[Opening Material to process section]

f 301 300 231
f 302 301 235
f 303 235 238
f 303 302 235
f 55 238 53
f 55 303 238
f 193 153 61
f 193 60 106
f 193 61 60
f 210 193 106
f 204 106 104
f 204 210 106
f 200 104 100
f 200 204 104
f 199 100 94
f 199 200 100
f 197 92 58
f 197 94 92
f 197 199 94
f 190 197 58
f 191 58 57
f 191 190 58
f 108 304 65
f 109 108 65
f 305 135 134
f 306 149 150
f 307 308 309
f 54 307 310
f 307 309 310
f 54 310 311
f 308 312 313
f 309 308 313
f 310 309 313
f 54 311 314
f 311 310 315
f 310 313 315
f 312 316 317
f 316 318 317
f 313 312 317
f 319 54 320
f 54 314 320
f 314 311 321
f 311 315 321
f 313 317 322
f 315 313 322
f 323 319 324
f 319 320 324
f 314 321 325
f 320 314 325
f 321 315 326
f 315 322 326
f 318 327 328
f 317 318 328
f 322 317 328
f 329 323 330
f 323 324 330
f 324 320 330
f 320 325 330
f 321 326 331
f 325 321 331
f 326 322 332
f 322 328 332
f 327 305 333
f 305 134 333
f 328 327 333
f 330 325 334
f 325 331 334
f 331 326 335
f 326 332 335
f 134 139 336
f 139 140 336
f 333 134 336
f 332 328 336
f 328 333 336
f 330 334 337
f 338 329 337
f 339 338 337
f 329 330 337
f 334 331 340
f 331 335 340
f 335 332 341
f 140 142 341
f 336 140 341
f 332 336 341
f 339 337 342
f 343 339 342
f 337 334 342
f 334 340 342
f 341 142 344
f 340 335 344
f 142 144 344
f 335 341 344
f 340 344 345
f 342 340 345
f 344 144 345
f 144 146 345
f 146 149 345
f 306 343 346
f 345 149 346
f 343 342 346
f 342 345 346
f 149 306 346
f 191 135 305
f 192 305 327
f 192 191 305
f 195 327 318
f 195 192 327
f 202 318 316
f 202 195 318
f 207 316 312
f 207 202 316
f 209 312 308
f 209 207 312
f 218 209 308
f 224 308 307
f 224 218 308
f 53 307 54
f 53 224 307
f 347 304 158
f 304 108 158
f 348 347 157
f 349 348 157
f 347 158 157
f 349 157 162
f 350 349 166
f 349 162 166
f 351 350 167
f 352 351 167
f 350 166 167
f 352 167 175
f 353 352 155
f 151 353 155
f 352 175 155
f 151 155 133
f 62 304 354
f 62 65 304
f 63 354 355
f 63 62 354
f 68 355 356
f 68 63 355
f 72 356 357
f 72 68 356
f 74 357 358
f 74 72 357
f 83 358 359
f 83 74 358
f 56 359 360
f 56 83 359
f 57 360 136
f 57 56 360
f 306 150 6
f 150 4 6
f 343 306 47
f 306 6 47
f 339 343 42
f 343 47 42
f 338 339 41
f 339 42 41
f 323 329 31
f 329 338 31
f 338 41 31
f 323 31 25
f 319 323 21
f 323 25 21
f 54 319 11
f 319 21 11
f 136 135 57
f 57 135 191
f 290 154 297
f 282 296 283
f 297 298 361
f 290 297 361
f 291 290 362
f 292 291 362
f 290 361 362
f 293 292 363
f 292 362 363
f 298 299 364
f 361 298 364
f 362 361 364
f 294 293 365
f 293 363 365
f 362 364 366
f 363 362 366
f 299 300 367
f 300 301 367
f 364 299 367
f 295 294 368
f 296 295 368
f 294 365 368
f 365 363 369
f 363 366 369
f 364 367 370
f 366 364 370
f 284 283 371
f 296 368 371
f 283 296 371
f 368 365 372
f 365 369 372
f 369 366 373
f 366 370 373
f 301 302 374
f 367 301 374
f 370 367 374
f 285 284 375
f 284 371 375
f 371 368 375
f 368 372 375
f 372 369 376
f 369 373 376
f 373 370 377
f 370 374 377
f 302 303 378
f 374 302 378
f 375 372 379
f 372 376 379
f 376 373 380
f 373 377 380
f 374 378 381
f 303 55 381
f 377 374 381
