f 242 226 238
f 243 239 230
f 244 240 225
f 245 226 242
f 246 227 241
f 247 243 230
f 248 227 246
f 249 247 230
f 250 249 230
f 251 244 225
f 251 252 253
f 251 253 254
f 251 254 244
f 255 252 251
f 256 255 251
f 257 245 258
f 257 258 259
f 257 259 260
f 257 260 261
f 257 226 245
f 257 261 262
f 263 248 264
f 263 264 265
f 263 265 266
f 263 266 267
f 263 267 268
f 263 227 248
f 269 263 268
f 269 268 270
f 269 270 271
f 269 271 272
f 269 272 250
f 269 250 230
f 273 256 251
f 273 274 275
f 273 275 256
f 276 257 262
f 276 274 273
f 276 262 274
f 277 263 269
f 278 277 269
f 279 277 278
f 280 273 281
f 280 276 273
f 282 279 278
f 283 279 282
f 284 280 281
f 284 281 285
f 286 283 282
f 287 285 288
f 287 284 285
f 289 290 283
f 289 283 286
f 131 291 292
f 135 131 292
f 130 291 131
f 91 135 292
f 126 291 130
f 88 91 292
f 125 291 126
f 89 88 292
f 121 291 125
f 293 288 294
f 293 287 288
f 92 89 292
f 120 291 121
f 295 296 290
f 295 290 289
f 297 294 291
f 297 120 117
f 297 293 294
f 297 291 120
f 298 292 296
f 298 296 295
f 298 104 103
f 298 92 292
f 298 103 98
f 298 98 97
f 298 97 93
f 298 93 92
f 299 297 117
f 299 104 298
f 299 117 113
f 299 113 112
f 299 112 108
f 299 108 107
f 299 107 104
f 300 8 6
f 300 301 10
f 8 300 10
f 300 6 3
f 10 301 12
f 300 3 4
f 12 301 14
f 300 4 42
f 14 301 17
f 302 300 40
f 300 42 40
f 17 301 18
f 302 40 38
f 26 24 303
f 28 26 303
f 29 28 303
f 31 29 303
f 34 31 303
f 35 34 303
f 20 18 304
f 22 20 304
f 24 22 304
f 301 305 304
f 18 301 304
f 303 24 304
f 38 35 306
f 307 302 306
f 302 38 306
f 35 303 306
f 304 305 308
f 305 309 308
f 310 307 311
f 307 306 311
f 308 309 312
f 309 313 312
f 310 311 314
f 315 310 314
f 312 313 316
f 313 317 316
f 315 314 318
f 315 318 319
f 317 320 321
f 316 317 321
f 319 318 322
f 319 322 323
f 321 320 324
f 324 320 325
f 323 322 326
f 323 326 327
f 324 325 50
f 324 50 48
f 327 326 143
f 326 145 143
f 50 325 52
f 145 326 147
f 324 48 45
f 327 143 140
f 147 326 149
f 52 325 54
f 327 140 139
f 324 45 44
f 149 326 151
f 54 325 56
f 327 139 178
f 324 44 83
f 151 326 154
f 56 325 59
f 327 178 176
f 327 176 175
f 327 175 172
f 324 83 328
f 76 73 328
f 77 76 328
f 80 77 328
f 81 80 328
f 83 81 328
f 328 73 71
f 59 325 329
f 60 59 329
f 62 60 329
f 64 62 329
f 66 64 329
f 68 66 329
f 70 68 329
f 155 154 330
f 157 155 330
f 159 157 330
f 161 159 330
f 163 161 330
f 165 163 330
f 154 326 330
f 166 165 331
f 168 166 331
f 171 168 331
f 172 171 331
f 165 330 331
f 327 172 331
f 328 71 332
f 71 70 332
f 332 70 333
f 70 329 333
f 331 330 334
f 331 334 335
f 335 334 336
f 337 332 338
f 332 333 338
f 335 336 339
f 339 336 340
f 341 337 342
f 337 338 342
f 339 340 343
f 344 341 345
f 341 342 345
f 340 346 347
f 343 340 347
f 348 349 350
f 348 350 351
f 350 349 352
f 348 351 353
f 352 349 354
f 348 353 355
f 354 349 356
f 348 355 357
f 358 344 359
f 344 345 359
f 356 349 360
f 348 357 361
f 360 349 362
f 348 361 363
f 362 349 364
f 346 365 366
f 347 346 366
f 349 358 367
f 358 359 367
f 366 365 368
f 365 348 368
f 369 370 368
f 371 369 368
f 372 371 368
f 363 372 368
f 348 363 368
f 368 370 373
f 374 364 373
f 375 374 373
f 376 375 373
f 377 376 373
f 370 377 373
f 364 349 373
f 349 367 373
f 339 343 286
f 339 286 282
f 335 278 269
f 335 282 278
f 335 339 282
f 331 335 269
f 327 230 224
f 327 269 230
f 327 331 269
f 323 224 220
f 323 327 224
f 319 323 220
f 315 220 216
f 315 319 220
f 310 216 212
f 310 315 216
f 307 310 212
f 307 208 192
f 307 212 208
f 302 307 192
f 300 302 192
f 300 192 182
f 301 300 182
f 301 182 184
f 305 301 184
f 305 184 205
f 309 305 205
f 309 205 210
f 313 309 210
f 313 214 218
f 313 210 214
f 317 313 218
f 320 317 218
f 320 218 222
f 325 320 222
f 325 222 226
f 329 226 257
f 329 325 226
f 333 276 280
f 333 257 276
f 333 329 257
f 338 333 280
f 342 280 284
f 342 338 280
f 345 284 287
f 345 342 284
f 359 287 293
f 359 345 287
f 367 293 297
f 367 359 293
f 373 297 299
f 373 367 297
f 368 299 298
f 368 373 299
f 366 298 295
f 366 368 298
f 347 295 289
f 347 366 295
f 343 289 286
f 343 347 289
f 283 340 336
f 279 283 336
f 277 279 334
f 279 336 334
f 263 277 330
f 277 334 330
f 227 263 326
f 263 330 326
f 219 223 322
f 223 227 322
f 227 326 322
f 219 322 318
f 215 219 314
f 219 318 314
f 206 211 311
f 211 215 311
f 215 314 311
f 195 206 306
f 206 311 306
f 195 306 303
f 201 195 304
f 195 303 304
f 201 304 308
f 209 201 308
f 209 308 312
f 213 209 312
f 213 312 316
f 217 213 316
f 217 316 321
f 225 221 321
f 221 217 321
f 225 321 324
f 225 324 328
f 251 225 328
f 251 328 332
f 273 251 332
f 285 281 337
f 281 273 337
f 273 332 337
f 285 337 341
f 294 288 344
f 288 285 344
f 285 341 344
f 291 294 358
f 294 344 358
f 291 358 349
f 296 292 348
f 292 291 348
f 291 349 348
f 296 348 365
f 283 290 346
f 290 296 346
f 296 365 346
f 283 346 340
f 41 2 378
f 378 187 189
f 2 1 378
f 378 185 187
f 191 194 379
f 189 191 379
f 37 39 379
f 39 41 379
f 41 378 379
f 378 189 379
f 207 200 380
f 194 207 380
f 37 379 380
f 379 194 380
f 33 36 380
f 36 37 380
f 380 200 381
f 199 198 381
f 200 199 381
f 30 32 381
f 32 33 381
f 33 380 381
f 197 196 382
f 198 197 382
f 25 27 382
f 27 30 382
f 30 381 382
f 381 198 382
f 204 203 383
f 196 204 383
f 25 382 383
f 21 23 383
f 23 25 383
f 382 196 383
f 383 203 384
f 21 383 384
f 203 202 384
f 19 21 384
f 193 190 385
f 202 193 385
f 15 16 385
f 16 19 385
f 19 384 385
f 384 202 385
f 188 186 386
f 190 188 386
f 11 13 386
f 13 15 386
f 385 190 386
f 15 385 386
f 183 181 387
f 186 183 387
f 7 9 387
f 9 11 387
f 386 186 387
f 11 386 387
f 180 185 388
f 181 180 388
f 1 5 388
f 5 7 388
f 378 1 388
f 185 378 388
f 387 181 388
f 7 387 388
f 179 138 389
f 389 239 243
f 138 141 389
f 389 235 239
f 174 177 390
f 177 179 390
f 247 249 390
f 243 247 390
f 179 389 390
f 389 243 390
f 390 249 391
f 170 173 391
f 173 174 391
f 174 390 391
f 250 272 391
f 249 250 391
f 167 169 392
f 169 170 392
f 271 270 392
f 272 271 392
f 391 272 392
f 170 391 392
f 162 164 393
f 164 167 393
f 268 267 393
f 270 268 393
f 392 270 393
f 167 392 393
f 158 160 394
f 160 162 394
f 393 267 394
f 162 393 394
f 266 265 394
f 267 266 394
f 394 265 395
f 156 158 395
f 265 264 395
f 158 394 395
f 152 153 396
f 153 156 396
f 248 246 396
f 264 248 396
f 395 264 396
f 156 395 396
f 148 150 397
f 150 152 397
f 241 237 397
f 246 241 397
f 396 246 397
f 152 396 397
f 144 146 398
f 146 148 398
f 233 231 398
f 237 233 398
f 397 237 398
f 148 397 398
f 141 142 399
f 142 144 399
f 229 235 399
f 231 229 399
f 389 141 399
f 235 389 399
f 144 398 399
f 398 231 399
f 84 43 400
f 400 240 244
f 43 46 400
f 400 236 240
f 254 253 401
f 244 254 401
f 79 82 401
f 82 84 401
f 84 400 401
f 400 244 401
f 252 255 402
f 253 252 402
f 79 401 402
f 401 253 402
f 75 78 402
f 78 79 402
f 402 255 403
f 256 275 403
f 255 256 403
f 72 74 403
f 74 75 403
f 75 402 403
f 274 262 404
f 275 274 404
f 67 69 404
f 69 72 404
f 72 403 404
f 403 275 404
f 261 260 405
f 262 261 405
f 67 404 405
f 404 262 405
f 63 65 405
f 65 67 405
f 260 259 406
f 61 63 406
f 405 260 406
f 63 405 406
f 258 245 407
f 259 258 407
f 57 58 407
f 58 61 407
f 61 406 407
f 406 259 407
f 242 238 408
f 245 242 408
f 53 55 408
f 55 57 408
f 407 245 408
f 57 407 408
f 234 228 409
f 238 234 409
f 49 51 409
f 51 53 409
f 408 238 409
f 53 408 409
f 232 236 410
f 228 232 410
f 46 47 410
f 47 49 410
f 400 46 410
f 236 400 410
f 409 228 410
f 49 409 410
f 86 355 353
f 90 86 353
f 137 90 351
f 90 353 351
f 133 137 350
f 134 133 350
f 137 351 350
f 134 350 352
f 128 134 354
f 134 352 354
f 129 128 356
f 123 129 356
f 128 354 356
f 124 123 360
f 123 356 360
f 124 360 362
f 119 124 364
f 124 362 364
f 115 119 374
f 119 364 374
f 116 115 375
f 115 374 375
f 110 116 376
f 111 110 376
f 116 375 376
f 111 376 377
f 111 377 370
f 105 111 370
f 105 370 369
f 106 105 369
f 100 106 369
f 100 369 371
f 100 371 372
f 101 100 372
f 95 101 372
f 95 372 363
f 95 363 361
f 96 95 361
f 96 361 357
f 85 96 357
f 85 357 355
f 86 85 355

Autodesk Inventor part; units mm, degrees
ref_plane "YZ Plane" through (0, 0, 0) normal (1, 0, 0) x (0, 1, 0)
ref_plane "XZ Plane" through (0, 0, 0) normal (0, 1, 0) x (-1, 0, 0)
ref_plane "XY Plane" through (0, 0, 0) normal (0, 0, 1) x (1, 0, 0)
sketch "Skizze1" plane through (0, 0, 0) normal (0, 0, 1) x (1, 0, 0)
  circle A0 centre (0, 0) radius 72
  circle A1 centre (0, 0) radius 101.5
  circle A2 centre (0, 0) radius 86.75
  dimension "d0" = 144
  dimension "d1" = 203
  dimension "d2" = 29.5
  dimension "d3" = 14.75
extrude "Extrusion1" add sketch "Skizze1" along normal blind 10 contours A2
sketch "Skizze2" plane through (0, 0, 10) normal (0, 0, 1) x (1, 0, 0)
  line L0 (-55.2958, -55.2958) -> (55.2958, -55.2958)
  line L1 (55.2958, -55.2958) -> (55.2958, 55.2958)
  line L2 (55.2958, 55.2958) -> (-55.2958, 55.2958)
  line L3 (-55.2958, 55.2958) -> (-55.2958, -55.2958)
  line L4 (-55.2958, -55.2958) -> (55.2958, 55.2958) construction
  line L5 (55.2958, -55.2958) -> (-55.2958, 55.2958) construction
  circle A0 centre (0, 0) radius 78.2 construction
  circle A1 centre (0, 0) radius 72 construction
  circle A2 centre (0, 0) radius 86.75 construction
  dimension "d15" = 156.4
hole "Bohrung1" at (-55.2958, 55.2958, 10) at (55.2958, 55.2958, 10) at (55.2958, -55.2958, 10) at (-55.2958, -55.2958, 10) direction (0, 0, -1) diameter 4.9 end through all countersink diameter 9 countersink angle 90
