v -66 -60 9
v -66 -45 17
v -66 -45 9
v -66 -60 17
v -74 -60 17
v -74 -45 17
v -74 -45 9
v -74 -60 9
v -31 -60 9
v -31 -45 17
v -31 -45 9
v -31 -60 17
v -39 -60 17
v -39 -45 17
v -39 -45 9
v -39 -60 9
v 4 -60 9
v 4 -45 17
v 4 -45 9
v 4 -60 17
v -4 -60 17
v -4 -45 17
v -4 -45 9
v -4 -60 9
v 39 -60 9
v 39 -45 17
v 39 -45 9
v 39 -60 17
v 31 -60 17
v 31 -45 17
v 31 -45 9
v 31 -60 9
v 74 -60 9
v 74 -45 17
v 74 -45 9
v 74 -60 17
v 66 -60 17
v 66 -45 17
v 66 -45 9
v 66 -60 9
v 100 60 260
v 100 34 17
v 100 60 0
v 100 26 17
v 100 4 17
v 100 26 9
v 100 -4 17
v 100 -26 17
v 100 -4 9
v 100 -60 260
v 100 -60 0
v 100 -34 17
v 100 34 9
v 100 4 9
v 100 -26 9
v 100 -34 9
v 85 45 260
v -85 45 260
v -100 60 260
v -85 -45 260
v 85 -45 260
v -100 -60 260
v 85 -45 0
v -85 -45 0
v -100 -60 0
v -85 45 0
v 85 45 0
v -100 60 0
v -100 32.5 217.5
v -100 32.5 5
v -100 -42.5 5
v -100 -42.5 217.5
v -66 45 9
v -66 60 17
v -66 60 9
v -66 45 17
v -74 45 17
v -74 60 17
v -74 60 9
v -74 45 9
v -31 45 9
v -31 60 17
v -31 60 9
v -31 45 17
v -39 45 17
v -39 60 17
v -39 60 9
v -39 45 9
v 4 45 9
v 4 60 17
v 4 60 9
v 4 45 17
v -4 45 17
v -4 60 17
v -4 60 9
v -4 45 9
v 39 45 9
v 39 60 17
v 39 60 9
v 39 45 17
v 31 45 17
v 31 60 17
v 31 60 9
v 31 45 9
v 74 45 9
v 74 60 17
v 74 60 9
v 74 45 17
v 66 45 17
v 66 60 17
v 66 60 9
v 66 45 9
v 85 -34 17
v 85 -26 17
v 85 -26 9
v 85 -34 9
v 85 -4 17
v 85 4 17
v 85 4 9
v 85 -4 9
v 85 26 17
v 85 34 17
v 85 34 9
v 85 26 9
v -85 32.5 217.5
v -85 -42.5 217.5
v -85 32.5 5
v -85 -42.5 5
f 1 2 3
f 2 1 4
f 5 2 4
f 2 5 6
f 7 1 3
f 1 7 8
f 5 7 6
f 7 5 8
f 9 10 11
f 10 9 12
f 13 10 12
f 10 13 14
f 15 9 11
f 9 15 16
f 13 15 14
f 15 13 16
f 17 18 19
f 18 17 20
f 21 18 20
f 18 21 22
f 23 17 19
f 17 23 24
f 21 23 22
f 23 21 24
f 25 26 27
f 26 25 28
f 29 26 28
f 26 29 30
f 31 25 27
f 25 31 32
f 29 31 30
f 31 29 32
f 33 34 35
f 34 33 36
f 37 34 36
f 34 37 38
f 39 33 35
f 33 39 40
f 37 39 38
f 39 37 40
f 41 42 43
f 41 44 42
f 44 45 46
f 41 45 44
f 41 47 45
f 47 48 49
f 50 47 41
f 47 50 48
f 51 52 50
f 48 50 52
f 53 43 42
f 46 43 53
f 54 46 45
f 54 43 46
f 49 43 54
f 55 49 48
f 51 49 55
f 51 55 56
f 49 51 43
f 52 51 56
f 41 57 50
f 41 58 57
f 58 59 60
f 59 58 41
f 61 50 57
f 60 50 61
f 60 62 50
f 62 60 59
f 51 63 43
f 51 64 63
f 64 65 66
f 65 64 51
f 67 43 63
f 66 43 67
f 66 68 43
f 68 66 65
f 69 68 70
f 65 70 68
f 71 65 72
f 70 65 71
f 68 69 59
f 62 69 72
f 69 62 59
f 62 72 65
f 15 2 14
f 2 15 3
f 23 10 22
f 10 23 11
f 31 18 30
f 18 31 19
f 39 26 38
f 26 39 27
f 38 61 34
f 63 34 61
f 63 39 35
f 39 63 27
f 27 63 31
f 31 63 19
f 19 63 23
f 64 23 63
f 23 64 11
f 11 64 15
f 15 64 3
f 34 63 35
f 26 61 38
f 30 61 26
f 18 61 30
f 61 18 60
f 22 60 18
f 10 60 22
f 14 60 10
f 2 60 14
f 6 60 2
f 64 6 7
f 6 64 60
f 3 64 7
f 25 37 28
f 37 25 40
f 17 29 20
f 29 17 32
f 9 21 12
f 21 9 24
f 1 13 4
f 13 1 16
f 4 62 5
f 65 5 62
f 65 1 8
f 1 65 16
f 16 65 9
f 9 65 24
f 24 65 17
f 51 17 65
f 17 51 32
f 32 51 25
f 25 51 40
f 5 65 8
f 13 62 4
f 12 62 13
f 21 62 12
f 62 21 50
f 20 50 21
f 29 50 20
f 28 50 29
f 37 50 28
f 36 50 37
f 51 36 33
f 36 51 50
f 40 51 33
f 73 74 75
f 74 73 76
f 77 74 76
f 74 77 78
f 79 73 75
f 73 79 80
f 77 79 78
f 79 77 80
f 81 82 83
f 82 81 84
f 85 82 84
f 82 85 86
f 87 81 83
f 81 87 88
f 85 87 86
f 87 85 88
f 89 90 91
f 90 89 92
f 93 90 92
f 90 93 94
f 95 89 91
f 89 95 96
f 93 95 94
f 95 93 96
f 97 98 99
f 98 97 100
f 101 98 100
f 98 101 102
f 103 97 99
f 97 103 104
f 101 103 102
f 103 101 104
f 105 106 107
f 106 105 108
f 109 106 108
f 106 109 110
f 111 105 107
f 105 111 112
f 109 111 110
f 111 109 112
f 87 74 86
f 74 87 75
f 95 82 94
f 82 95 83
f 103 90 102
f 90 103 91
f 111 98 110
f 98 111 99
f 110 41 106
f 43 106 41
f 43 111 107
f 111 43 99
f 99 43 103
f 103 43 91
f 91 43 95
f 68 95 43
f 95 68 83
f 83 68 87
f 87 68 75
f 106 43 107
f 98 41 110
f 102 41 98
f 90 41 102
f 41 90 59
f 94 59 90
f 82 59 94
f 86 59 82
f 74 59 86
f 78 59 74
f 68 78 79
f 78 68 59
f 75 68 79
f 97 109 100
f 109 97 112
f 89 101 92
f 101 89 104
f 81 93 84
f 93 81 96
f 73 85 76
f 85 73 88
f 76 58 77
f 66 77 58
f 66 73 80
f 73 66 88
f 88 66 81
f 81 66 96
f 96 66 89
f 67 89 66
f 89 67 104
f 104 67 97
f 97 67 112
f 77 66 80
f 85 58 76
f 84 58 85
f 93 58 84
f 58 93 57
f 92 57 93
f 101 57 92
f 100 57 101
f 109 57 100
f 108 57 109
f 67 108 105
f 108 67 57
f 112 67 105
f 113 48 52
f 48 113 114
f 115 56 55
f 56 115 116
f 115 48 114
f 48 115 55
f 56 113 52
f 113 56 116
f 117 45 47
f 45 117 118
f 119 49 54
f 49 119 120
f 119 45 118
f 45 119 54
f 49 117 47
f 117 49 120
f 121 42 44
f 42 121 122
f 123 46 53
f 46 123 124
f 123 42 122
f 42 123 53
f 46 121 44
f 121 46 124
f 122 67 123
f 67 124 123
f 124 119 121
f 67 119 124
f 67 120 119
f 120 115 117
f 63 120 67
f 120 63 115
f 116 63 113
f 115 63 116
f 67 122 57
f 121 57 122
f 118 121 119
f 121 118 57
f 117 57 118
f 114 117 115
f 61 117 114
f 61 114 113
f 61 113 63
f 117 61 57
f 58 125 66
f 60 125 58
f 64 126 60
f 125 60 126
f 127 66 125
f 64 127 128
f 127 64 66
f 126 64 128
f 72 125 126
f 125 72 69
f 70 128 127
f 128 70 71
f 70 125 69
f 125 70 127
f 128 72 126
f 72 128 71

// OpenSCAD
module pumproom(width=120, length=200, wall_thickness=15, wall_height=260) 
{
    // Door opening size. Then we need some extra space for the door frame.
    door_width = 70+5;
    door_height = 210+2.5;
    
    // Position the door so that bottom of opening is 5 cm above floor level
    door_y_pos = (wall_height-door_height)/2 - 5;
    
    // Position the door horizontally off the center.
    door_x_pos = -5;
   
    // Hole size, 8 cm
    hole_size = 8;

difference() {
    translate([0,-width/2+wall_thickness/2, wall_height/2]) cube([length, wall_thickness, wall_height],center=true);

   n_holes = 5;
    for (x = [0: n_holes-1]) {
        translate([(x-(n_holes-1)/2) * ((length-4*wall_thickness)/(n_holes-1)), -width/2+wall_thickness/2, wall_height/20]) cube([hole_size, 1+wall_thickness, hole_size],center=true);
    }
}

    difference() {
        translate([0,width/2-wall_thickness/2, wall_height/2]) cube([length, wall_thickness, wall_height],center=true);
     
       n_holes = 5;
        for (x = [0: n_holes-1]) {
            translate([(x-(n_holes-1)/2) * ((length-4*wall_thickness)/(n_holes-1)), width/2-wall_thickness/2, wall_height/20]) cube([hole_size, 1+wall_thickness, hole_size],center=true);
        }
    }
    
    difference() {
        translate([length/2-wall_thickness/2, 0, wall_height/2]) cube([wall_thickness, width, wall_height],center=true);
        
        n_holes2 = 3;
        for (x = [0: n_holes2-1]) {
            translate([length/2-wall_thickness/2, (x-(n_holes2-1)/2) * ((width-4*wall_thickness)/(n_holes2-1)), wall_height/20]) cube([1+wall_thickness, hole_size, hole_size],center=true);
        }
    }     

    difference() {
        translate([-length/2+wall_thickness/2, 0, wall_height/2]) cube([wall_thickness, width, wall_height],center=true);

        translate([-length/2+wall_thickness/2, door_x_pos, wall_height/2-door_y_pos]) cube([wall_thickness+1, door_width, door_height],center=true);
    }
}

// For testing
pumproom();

[Closing Material to process section]

* _What to do_
Retype only the lines above between the line with "f 68 63 355" and the line with "f 263 265 266", counting those two lines as well, and keep every character as it is.

* _Result for this task_
f 68 63 355
f 72 356 357
f 72 68 356
f 74 357 358
f 74 72 357
f 83 358 359
f 83 74 358
f 56 359 360
f 56 83 359
f 57 360 136
f 57 56 360
f 306 150 6
f 150 4 6
f 343 306 47
f 306 6 47
f 339 343 42
f 343 47 42
f 338 339 41
f 339 42 41
f 323 329 31
f 329 338 31
f 338 41 31
f 323 31 25
f 319 323 21
f 323 25 21
f 54 319 11
f 319 21 11
f 136 135 57
f 57 135 191
f 290 154 297
f 282 296 283
f 297 298 361
f 290 297 361
f 291 290 362
f 292 291 362
f 290 361 362
f 293 292 363
f 292 362 363
f 298 299 364
f 361 298 364
f 362 361 364
f 294 293 365
f 293 363 365
f 362 364 366
f 363 362 366
f 299 300 367
f 300 301 367
f 364 299 367
f 295 294 368
f 296 295 368
f 294 365 368
f 365 363 369
f 363 366 369
f 364 367 370
f 366 364 370
f 284 283 371
f 296 368 371
f 283 296 371
f 368 365 372
f 365 369 372
f 369 366 373
f 366 370 373
f 301 302 374
f 367 301 374
f 370 367 374
f 285 284 375
f 284 371 375
f 371 368 375
f 368 372 375
f 372 369 376
f 369 373 376
f 373 370 377
f 370 374 377
f 302 303 378
f 374 302 378
f 375 372 379
f 372 376 379
f 376 373 380
f 373 377 380
f 374 378 381
f 303 55 381
f 377 374 381
f 242 226 238
f 243 239 230
f 244 240 225
f 245 226 242
f 246 227 241
f 247 243 230
f 248 227 246
f 249 247 230
f 250 249 230
f 251 244 225
f 251 252 253
f 251 253 254
f 251 254 244
f 255 252 251
f 256 255 251
f 257 245 258
f 257 258 259
f 257 259 260
f 257 260 261
f 257 226 245
f 257 261 262
f 263 248 264
f 263 264 265
f 263 265 266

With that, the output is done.